## DIRECTIONS FOR THIS TASK
Of all the lines below, output only those starting at the one with "(-247.7, 12.02), align=None)" and ending at the one with "# FreeCAD 1.0 macro for this part", both ends included, exactly as written.

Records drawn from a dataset
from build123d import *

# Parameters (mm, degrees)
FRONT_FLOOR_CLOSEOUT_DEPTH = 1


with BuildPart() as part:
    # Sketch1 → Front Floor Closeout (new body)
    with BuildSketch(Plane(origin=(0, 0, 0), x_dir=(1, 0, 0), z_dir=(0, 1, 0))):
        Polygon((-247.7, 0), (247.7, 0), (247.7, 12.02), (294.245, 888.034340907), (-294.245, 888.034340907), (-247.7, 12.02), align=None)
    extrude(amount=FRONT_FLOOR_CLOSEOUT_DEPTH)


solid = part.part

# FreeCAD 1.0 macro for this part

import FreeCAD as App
import Part
import Sketcher

V = App.Vector
Q = App.Units.Quantity


def add_polygon(sketch, points):
    """Adds a closed chain of lines whose ends are joined by coincident constraints."""
    first, n = sketch.GeometryCount, len(points)
    for a, b in zip(points, points[1:] + points[:1]):
        sketch.addGeometry(Part.LineSegment(App.Vector(*a, 0), App.Vector(*b, 0)), False)
    for i in range(n):
        sketch.addConstraint(Sketcher.Constraint("Coincident", first + i, 2, first + (i + 1) % n, 1))

doc = App.newDocument("Part")
params = doc.addObject("Spreadsheet::Sheet", "Params")
for row, (alias, value) in enumerate([
    ("sketch1_width", "495.4 mm"),
    ("sketch1_width2", "588.49 mm"),
    ("sketch1_height", "12.02 mm"),
    ("sketch1_length", "877.25 mm"),
    ("pad1_length", "1 mm"),
], start=1):
    params.set(f"A{row}", alias)
    params.set(f"B{row}", "=" + value)
    params.setAlias(f"B{row}", alias)

body = doc.addObject("PartDesign::Body", "Body")

sketch1 = body.newObject("Sketcher::SketchObject", "Sketch")
sketch1.AttachmentSupport = (doc.getObject("XZ_Plane"), [""])
sketch1.MapMode = "FlatFace"
add_polygon(sketch1, [(-247.7, 0), (247.7, 0), (247.7, -12.02), (294.245, -888.034341), (-294.245, -888.034341), (-247.7, -12.02)])
sketch1.addConstraint(Sketcher.Constraint("Horizontal", 0))
sketch1.addConstraint(Sketcher.Constraint("Vertical", 1))
sketch1.addConstraint(Sketcher.Constraint("Horizontal", 3))
sketch1.addConstraint(Sketcher.Constraint("Vertical", 5))
sketch1.addConstraint(Sketcher.Constraint("Symmetric", 0, 2, 5, 2, -1, 1))
sketch1.addConstraint(Sketcher.Constraint("Horizontal", 1, 2, 4, 2))
sketch1.addConstraint(Sketcher.Constraint("Equal", 2, 4))
sketch1.addConstraint(Sketcher.Constraint("DistanceX", 0, 1, 0, 2, Q("495.4 mm")))
sketch1.addConstraint(Sketcher.Constraint("DistanceX", 3, 2, 3, 1, Q("588.49 mm")))
sketch1.addConstraint(Sketcher.Constraint("DistanceY", 1, 2, 1, 1, Q("12.02 mm")))
sketch1.addConstraint(Sketcher.Constraint("Distance", 2, Q("877.25 mm")))
sketch1.setExpression("Constraints[13]", "Params.sketch1_width")
sketch1.setExpression("Constraints[14]", "Params.sketch1_width2")
sketch1.setExpression("Constraints[15]", "Params.sketch1_height")
sketch1.setExpression("Constraints[16]", "Params.sketch1_length")
pad1 = body.newObject("PartDesign::Pad", "Pad")
pad1.Profile = sketch1
pad1.setExpression("Length", "Params.pad1_length")
pad1.Reversed = True

doc.recompute()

## TASK OUTPUT
        Polygon((-247.7, 0), (247.7, 0), (247.7, 12.02), (294.245, 888.034340907), (-294.245, 888.034340907), (-247.7, 12.02), align=None)
    extrude(amount=FRONT_FLOOR_CLOSEOUT_DEPTH)


solid = part.part

# FreeCAD 1.0 macro for this part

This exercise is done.